Step 2 – Authorize The Appropriate Level Of Care Desired By The Patient

The Patient behind this declaration can also choose to withhold, cease, or refuse any artificial feeding when suffering a terminal condition by marking the check box labeled “Includes” after the term “This Authorization…” (see example below). This checkbox statement, when selected, will be attached to the directive made by the second paragraph. However, if this statement should not be applied to the declaration above, leave the corresponding checkbox blank so that you can review the next option. One of these statements must be marked but since they contradict one another only one may be selected and applied with the language above.  If the Patient wishes to receive nutrients artificially even after the dying process has begun, then the second checkbox statement (labeled “Does Not Include”) should be selected. This statement will be attached to the above “Declaration” as a formal request that nutrients and hydration are provided to the Patient up to the point of death as needed (see below). Only one of these statements can be selected as clarification on the issue of nutrients.   

 

Step 3 – Set The Rhode Island Patient’s Declaration Date

The validity of this paperwork as a true and up-to-date representation of the Patient’s wishes can be demonstrated through the next few requested. The first of these will be the calendar date that marks the day when the Rhode Island Patient signs this paperwork to effect. This date should be distributed across three spaces after the words “Signed This…” Notice this information is requested as a two-digit calendar day, the name of the appropriate month, then the two-digit calendar year.   

 

Step 4 – Present The Effective Signature Of The Patient

The “Signature” line underneath the signature date statement must be signed by the Patient issuing this document on the concerned day. This act should be performed before two Witnesses. Clear identification of the Issuing Patient should be included with the signature he or she provided. To this end, the “Address” line has been set for a record of the Rhode Island Declarant’s or Patient’s full residential address to be presented. Once the Patient has completed furnishing this material, he or she must then hand the document to one of the Witnesses.

 

Step 5 – Acquire A Presentation Of The Witness Testimony

After the Rhode Island Witnesses have observed the Patient (or Declarant) signing the completed directive, each must read the testimony attesting to this action. To show agreement with this statement and validation that the Patient’s signature is authentic, the first Witness must sign the “Witness Signature” line directly under the statement “The Declarant Is Personally Known…” then announce the date of signature by recording it after the word “Date.”  Once this signature and accompanying date is provided, the First Witness must tend to the “Address” line below his or her signature with his or her own residential address.  The Second Witness will have his or her own area to perform the same actions.
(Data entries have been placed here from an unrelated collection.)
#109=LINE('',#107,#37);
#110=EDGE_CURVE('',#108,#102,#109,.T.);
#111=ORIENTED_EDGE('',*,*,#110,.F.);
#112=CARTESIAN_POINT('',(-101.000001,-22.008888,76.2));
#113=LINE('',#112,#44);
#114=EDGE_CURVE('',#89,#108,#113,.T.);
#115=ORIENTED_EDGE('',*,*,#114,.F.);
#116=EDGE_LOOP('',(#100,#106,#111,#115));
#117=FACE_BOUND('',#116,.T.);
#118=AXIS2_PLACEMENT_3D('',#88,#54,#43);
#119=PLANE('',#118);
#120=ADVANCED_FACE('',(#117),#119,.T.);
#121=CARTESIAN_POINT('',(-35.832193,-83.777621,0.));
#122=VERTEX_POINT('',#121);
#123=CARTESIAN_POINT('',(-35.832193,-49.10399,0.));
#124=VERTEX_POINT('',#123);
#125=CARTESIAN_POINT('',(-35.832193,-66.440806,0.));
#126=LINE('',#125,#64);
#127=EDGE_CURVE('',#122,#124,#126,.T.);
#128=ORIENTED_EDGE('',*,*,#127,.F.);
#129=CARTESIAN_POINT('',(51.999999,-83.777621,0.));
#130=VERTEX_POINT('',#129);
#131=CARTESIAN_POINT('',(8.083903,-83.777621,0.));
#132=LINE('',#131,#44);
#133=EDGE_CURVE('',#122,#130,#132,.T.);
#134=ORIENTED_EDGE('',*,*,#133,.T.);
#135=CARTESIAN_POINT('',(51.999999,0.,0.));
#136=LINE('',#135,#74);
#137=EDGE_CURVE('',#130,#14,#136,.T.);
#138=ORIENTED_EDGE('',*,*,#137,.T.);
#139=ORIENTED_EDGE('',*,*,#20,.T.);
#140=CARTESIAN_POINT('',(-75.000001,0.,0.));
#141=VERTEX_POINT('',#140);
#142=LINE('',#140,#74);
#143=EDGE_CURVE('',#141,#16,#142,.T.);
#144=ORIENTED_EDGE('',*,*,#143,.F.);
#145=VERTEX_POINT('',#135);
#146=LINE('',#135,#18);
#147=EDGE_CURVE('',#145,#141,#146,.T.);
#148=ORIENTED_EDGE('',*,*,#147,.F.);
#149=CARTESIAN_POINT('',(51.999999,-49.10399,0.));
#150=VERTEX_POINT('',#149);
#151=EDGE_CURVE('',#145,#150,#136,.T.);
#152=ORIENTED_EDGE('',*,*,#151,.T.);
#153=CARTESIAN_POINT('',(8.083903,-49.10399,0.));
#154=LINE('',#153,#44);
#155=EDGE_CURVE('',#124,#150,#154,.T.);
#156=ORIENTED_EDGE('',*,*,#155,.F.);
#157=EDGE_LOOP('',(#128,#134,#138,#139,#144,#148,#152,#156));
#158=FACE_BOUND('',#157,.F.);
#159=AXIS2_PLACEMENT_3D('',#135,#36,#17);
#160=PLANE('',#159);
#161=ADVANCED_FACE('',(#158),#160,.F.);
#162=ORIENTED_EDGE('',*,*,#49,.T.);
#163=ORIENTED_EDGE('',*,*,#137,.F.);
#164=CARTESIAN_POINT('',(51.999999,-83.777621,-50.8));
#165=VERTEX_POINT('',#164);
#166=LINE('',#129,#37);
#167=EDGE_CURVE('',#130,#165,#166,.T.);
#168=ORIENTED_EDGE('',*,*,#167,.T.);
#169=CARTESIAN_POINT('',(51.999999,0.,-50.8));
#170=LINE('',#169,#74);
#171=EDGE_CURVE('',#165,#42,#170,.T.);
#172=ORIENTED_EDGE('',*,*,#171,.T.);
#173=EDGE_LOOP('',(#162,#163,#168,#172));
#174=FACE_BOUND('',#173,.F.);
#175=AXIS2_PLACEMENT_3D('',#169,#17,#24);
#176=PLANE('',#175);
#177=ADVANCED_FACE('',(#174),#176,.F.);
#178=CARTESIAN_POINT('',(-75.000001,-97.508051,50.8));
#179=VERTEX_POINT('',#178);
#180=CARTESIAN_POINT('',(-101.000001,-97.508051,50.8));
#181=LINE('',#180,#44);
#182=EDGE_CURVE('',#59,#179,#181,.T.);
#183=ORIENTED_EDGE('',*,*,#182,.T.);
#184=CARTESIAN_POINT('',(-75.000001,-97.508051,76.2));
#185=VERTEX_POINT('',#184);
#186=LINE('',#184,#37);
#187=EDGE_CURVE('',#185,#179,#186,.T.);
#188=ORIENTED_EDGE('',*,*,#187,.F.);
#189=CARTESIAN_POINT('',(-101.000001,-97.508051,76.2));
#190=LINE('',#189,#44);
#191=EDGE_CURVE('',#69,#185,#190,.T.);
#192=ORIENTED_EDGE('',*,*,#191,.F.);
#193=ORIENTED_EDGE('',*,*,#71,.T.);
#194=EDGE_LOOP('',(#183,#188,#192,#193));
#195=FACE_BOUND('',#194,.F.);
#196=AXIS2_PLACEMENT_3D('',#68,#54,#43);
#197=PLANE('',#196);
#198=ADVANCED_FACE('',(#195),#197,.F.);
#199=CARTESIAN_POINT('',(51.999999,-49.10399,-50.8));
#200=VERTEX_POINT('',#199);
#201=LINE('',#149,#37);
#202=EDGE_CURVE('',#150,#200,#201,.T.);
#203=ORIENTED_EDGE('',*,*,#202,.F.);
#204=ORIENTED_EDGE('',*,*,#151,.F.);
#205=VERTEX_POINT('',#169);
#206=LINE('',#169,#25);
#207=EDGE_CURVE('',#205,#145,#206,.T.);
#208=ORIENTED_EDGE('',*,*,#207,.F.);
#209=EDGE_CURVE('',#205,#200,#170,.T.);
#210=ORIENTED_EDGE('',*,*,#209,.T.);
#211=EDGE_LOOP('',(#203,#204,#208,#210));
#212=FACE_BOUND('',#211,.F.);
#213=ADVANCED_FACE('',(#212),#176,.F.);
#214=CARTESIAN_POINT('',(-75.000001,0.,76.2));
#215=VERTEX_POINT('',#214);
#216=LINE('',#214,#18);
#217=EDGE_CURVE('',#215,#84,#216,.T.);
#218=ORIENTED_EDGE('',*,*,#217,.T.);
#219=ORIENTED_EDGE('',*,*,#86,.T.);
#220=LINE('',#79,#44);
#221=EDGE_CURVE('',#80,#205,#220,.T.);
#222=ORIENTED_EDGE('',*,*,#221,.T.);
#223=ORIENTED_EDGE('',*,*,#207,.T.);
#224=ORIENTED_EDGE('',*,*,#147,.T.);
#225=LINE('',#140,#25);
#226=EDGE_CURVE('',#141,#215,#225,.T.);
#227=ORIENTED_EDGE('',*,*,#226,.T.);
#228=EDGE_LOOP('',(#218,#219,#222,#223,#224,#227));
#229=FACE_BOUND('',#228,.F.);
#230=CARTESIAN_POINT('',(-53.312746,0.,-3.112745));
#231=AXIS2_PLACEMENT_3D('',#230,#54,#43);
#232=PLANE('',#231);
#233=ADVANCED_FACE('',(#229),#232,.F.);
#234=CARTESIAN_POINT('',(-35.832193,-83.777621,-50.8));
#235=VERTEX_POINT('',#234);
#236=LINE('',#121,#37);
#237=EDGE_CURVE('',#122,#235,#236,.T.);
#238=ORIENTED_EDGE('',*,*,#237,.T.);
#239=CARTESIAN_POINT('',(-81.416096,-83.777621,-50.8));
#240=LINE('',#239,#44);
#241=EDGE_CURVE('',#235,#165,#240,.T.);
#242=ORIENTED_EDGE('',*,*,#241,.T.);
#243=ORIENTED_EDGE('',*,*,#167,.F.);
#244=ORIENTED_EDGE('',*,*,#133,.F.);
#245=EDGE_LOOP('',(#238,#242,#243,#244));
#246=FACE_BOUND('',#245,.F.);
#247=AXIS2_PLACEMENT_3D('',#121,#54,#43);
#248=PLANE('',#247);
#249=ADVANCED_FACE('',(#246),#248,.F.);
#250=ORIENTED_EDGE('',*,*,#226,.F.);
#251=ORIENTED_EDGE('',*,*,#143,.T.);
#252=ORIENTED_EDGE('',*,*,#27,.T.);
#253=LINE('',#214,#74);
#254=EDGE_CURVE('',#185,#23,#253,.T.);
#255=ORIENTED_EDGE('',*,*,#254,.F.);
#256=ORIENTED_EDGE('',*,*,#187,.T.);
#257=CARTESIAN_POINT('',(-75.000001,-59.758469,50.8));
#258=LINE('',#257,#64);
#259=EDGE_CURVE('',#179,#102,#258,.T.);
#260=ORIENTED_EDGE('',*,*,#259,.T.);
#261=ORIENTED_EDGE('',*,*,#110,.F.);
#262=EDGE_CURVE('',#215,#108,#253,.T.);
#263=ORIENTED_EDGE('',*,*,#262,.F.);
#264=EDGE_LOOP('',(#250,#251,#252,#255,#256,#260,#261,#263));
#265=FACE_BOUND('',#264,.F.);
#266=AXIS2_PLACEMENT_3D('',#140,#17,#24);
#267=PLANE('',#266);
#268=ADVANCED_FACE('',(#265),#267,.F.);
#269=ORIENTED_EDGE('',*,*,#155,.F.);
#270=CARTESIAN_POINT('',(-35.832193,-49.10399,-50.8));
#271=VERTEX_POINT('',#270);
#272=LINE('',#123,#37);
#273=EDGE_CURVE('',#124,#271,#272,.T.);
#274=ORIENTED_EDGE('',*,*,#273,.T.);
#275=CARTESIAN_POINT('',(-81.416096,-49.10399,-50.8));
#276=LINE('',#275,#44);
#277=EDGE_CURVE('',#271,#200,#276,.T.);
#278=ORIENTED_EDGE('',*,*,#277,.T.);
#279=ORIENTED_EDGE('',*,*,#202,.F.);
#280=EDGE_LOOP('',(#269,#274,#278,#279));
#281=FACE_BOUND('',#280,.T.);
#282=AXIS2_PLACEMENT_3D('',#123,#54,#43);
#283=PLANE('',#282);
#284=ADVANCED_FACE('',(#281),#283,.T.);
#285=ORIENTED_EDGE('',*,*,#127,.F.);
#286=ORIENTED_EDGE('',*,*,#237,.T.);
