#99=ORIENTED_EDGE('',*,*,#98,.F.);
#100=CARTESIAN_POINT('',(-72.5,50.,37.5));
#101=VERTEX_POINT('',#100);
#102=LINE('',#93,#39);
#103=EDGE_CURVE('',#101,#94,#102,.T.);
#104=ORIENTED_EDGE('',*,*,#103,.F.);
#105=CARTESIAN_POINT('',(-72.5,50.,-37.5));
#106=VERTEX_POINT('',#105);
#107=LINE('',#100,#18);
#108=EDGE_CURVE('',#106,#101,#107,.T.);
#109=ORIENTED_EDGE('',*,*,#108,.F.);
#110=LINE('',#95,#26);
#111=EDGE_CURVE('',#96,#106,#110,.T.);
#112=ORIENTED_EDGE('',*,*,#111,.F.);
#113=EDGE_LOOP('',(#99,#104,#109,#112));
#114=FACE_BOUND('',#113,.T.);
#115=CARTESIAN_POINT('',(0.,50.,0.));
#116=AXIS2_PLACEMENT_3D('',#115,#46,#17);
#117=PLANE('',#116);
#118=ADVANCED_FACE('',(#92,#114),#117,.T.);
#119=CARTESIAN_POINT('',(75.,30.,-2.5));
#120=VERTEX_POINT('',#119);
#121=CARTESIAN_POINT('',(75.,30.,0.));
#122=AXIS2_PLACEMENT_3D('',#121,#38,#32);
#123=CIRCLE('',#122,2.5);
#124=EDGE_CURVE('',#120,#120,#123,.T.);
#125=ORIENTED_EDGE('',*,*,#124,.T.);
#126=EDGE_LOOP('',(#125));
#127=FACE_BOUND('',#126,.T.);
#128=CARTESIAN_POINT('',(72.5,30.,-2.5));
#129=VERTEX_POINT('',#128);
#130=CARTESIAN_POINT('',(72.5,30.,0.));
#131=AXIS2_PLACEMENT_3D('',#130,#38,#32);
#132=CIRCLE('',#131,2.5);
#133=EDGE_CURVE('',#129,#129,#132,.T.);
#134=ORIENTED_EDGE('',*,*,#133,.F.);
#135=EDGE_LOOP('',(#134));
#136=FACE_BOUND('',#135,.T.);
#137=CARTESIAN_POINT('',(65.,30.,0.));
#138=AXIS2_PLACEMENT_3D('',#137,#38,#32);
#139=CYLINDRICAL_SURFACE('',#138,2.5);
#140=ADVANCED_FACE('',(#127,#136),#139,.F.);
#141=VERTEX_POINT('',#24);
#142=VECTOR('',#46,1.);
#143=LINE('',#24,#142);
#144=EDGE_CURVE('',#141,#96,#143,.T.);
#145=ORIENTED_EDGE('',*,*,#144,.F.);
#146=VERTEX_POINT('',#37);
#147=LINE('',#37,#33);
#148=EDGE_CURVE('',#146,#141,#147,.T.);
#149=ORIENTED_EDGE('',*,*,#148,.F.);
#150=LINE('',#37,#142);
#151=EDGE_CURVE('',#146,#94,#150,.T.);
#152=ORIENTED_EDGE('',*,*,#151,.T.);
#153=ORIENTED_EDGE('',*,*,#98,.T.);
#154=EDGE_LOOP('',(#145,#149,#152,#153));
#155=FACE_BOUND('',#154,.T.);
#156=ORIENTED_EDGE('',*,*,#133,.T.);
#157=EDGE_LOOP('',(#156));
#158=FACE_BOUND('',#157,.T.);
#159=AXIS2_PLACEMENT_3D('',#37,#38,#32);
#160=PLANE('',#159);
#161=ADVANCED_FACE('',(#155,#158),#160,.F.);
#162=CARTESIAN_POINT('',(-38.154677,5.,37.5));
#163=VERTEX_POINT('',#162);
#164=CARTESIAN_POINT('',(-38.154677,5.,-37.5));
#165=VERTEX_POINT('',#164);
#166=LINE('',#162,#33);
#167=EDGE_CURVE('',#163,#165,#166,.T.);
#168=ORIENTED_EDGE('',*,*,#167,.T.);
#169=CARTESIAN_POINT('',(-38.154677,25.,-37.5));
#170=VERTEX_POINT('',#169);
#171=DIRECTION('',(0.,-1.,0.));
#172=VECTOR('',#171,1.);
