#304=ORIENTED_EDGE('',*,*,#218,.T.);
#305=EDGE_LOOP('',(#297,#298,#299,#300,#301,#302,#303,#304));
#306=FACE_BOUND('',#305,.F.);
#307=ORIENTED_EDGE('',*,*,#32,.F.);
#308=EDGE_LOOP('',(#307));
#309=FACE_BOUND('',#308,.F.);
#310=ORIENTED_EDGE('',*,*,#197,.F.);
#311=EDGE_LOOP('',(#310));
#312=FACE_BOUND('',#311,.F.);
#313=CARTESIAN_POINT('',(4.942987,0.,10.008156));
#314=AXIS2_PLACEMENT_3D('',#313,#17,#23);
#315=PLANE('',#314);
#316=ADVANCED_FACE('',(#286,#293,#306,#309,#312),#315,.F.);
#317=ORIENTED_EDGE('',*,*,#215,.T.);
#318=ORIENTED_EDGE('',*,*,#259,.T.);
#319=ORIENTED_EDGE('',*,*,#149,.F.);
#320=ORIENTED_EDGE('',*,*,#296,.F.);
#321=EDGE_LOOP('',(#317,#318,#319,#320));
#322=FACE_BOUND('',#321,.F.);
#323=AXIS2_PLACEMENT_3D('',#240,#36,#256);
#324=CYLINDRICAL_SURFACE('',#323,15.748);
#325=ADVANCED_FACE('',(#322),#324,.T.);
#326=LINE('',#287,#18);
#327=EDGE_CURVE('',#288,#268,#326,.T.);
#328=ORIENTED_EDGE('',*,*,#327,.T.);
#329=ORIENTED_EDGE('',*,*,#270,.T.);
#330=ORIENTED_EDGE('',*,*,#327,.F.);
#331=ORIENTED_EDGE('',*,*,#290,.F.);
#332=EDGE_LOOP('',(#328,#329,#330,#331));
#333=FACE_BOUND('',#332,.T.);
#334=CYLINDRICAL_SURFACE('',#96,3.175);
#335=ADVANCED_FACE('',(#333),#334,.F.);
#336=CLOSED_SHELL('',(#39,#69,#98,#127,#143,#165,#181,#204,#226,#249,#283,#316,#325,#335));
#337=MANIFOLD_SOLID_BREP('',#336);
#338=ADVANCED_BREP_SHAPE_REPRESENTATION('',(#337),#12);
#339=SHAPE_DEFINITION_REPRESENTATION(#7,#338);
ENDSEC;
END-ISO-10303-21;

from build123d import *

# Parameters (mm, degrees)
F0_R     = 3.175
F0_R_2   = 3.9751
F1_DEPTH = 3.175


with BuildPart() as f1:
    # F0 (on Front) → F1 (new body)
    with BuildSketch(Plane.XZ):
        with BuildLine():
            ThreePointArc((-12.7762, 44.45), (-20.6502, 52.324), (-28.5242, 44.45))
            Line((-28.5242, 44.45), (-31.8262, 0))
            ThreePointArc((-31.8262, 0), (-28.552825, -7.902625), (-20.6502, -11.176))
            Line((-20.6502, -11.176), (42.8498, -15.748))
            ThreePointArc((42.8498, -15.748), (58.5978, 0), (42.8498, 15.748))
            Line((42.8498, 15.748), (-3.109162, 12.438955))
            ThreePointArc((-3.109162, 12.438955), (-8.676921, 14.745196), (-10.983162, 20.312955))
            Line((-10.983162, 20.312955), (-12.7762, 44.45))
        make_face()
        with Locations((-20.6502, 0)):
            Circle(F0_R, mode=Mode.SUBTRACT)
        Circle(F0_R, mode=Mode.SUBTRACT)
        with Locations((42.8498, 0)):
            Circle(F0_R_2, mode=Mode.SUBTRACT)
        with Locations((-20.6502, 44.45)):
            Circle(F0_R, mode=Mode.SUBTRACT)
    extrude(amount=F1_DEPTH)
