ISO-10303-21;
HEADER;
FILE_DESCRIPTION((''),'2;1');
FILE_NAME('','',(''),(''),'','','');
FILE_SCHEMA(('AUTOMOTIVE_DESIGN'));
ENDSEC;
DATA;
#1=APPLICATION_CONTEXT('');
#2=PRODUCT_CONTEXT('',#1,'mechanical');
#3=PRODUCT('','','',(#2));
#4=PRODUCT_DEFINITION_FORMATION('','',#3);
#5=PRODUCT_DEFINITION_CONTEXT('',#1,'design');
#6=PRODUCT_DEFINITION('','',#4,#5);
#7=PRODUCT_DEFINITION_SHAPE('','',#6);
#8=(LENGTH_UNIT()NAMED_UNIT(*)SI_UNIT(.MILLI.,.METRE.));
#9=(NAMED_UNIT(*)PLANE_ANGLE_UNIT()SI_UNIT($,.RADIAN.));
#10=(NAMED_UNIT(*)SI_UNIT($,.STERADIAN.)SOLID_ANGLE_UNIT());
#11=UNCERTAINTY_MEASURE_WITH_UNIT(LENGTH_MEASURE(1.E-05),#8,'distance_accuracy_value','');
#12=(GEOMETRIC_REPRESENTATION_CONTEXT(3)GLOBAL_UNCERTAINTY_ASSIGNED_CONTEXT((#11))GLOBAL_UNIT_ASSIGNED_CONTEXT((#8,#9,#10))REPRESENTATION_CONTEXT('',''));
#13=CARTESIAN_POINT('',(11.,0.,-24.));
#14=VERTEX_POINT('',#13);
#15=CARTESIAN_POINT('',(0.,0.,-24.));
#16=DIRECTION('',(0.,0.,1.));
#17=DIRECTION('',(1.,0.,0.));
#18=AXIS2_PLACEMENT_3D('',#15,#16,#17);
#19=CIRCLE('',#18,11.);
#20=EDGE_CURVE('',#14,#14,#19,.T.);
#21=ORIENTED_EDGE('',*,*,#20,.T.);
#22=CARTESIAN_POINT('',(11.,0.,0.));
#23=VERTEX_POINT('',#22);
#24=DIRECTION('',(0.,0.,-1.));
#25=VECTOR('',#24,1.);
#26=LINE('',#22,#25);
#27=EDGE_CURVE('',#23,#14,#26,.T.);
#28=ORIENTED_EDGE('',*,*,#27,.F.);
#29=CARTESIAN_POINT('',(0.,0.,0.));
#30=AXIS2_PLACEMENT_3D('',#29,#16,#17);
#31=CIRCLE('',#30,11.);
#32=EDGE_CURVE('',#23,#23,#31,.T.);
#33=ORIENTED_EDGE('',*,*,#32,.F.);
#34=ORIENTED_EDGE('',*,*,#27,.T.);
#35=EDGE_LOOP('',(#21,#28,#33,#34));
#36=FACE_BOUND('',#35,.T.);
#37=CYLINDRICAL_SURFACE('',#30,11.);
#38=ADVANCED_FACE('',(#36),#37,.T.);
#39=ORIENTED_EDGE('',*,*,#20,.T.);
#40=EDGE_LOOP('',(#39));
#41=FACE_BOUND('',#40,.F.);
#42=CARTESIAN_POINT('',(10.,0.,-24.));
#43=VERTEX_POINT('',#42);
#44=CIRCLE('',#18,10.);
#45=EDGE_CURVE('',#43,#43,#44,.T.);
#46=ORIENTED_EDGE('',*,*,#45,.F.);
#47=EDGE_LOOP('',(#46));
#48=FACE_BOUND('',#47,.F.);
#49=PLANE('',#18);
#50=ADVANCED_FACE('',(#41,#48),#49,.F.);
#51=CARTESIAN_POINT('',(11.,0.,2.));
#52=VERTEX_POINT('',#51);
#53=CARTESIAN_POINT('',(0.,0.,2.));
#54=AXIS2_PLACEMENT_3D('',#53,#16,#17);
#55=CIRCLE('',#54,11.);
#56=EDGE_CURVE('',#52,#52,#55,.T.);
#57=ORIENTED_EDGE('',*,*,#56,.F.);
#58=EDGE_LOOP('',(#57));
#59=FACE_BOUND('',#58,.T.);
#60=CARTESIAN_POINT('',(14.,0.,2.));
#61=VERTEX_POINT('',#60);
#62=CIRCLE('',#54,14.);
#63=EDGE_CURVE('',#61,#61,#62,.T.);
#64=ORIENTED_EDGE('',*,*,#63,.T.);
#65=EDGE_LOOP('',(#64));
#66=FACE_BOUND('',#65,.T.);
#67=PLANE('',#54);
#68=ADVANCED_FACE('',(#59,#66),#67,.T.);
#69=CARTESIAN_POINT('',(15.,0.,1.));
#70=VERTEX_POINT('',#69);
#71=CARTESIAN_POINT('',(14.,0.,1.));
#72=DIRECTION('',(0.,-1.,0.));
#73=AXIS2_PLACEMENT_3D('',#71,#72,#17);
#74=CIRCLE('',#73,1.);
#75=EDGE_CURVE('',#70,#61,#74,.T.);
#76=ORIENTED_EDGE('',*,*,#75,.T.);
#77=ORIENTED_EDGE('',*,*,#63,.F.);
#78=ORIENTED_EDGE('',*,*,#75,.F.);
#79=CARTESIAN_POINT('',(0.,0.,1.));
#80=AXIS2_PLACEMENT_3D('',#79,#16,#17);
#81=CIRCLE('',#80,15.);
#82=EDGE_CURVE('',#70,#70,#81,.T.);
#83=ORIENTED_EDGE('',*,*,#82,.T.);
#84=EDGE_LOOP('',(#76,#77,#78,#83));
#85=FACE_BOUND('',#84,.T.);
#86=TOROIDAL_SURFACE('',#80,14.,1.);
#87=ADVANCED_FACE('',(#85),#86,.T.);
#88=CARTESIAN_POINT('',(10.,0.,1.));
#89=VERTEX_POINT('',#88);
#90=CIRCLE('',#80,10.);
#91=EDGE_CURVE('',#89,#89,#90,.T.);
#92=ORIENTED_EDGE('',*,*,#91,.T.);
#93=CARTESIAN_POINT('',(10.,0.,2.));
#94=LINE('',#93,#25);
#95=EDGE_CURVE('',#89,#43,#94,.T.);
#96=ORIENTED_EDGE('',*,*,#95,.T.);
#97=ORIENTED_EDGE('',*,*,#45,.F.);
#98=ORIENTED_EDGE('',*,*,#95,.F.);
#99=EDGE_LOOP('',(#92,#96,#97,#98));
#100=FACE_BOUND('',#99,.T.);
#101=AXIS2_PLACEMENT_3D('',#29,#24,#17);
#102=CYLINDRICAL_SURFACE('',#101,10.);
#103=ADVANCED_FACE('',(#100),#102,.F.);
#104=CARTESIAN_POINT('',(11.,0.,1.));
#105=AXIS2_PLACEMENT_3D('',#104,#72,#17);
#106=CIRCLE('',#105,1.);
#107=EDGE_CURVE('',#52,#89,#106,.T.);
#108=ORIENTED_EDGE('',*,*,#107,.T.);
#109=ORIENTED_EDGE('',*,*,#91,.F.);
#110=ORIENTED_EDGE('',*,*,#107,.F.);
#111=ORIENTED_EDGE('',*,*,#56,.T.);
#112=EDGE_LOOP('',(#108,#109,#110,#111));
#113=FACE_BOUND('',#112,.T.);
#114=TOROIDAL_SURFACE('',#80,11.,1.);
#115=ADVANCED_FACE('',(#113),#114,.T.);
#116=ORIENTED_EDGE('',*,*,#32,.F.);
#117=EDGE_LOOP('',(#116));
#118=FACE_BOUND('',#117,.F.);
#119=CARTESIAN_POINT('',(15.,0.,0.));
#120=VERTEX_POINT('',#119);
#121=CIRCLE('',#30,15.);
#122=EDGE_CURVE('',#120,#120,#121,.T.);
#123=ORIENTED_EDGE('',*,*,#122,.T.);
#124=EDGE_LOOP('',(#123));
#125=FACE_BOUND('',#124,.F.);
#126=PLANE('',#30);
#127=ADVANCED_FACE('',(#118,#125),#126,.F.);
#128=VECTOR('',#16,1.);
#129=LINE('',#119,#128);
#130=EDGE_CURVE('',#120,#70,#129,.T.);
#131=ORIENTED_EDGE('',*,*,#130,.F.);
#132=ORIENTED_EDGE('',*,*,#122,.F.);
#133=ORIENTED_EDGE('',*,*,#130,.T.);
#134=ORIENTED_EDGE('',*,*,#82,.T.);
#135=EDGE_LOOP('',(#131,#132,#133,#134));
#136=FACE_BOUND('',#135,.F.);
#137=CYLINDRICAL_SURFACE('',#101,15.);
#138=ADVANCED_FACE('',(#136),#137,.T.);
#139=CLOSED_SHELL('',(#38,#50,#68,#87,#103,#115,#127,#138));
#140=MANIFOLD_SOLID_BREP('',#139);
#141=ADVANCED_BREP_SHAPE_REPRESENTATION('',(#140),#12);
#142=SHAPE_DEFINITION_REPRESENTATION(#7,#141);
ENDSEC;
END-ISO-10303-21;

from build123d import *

# Parameters (mm, degrees)
F0_R     = 11
F0_R_2   = 10
F1_DEPTH = 24
F0_R_3   = 15
F2_DEPTH = 2
F3_R     = 1


with BuildPart() as f1:
    # F0 (on Top) → F1 (new body)
    with BuildSketch(Plane.XY):
        Circle(F0_R)
        Circle(F0_R_2, mode=Mode.SUBTRACT)
    extrude(amount=-F1_DEPTH)

    # F0 (on Top) → F2 (join)
    with BuildSketch(Plane.XY):
        Circle(F0_R_3)
        Circle(F0_R, mode=Mode.SUBTRACT)
        Circle(F0_R)
        Circle(F0_R_2, mode=Mode.SUBTRACT)
    extrude(amount=F2_DEPTH)

    # F3
    f3_edges = [f1.edges().sort_by_distance(p)[0] for p in [
        (-15, 0, 2),
        (-10, 0, 2),
    ]]
    fillet(f3_edges, radius=F3_R)


solid = f1.part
He or she will need to read the Witness testimonial then locate the available “Witness Signature” line. The Second Witness must sign his or her name on this line then attach the official signature date using the adjacent area.  The final requirement of the Second Witness will be to furnish a record of his or her residential address on the final blank line. Upon completing this requirement, the Patient (or Declarant) should take control of this document, make the needed amount of copies, so that he or she can keep the original, and dispense copies to any concerned Medical  Institutions.